A highlight of the tour is the Japanese garden and guest house. The guest house was built in 1964 in a style that blends the simplicity and craftsmanship of Japanese carpentry with elements from coastal Native American longhouse design. Off the deck is a Zen garden consisting of a bed or white rocks, raked into careful concentric circles around larger dark stone “islands.” It’s a look but don’t touch feature.

The guest house was often used by artists in the 1960s, as the Bloedels were great patrons of the arts. Now it can be reserved for day use by non-profit groups.

The Reserve is a restful place, and in fact is the final resting place for the Bloedels. Their ashes are inurned under a small brass plaque at the end of the 200 foot-long reflection pool, said to be one of their favorite places on the estate.

Choosing a favorite place now would be difficult; each location has its own beauty, which changes with the seasons. There is no bad time to visit the Bloedel Reserve.

Know before you go:

• Reservations are required, and can be made by calling (206) 842-7631 or online at www.bloedelreserve.org. Online reservations must be made at least one day in advance.

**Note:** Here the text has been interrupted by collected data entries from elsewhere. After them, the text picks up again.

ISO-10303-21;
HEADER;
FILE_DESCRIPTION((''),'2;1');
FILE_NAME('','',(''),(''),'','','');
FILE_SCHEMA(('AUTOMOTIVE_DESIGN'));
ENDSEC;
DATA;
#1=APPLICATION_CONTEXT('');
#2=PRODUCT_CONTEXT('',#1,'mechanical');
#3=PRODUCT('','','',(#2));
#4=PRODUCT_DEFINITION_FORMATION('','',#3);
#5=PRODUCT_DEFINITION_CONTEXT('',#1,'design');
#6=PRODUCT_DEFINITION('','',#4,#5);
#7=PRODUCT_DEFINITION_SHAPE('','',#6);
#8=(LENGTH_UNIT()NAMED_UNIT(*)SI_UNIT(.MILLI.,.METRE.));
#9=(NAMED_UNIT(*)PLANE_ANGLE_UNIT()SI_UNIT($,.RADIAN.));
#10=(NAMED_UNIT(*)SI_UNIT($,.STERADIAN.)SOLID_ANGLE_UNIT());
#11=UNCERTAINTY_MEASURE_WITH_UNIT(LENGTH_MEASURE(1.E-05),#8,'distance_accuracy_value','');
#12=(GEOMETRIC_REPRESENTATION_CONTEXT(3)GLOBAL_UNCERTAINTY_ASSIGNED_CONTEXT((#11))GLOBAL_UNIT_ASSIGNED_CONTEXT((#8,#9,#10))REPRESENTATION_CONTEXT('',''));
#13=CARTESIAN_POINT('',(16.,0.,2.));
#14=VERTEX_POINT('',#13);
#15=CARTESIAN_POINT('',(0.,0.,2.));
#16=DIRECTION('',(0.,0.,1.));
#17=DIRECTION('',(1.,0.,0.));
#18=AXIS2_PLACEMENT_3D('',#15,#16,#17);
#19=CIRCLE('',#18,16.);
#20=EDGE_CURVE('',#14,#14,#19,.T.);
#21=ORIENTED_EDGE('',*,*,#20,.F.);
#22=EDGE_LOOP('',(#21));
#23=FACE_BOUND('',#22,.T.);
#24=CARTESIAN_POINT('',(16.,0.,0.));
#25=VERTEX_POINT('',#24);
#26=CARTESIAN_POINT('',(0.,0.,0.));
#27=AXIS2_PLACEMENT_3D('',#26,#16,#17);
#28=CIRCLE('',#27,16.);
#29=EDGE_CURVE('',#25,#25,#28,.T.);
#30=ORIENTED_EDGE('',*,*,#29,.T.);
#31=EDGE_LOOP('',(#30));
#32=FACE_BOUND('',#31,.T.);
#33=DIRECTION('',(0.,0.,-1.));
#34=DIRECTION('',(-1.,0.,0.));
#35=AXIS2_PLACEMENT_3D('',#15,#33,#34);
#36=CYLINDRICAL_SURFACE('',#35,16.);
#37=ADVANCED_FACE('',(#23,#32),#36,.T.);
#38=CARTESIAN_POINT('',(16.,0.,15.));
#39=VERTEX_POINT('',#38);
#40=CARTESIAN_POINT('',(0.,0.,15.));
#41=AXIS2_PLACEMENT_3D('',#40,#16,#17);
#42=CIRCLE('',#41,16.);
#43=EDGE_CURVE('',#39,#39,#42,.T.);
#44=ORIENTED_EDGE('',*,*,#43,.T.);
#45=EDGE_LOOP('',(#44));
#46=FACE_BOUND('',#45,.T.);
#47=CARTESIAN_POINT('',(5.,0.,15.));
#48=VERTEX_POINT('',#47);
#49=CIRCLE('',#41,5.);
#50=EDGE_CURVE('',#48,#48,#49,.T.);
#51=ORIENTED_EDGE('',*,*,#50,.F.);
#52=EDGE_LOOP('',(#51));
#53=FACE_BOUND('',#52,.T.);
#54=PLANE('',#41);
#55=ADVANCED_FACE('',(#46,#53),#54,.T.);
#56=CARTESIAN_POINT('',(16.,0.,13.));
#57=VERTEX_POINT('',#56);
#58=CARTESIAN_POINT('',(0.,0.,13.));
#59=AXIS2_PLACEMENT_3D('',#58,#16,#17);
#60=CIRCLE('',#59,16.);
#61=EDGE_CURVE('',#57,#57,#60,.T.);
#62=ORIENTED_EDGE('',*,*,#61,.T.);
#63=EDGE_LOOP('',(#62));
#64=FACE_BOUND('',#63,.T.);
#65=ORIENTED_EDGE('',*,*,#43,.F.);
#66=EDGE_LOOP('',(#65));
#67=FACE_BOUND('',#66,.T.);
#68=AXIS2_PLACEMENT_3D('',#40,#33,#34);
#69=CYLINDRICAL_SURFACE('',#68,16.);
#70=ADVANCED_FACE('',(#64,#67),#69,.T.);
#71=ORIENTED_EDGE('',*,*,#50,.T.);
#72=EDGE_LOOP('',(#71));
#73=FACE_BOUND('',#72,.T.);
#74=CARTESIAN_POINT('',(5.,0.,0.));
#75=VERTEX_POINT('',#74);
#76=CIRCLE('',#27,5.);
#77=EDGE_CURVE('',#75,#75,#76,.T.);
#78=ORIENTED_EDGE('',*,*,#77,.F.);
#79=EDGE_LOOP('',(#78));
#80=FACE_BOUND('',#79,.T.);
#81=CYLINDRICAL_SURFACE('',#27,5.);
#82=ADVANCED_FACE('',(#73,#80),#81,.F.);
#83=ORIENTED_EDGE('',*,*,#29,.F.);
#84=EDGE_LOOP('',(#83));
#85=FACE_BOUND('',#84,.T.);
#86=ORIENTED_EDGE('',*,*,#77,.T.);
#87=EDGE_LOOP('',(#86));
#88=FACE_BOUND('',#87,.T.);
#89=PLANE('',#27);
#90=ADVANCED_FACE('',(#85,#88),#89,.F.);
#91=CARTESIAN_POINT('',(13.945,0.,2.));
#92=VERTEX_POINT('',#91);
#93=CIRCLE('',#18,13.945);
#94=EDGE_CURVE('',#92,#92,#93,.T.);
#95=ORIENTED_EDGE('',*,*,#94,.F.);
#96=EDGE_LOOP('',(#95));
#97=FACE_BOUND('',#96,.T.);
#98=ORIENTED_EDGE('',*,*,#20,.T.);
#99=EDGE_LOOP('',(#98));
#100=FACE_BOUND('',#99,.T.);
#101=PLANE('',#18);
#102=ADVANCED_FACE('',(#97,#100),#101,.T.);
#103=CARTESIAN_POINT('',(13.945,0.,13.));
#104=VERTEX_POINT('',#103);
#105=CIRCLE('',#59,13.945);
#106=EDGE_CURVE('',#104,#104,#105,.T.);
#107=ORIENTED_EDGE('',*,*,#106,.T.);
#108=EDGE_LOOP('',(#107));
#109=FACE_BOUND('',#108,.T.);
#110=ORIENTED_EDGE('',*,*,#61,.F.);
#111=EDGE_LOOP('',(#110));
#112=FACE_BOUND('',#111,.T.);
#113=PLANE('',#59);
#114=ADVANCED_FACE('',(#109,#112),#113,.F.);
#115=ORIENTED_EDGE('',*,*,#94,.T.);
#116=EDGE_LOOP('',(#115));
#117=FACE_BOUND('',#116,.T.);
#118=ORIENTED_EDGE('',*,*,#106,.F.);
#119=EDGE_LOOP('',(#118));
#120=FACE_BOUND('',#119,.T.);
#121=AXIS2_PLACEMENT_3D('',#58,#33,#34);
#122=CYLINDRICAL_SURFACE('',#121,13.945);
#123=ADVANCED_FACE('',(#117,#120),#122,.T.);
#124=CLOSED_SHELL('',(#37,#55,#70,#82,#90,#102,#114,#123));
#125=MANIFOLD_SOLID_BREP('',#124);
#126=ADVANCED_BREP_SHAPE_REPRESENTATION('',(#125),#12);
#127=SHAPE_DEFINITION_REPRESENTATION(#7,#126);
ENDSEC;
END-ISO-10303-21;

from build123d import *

# Parameters (mm, degrees)
SKETCH_1_R          = 16
EXTRUDE_1_DEPTH     = 2
SKETCH_2_R          = 13.945
EXTRUDE_2_DEPTH     = 11
SKETCH_3_R          = 16
EXTRUDE_3_DEPTH     = 2
SKETCH_4_R          = 5
CUT_EXTRUDE_1_DEPTH = 15


with BuildPart() as part:
    # 草图1 → 凸台-拉伸1 (new body)
    with BuildSketch(Plane.XY):
        Circle(SKETCH_1_R)
    extrude(amount=EXTRUDE_1_DEPTH)

    # 草图2 → 凸台-拉伸2 (add)
    with BuildSketch(Plane.XY.offset(2)):
        Circle(SKETCH_2_R)
    extrude(amount=EXTRUDE_2_DEPTH)

    # 草图3 → 凸台-拉伸3 (add)
    with BuildSketch(Plane.XY.offset(13)):
        Circle(SKETCH_3_R)
    extrude(amount=EXTRUDE_3_DEPTH)

    # 草图4 → 切除-拉伸1 (cut)
    with BuildSketch(Plane.XY.offset(15)):
        Circle(SKETCH_4_R)
    extrude(amount=-CUT_EXTRUDE_1_DEPTH, mode=Mode.SUBTRACT)


solid = part.part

• Admission is $10 adults, $8 age 65 and older, $6 youth age 5-12 and free under age 5.

• Pets are not allowed anywhere on the grounds. Leave them at home.

• There are no food services available and picnicking is not permitted.

• Visitors are encouraged to stay off the lawns, but crossing them is allowed to more closely examine plants.

• Tour guides are available for groups of 10 or more with prior arrangement.

• Accessibility accommodations provided upon request.

• The Bloedel Reserve is located at 7571 NE Dolphin Dr., Bainbridge Island. It is reached from Agatewood Drive, just south of the Agate Pass bridge on SR 305.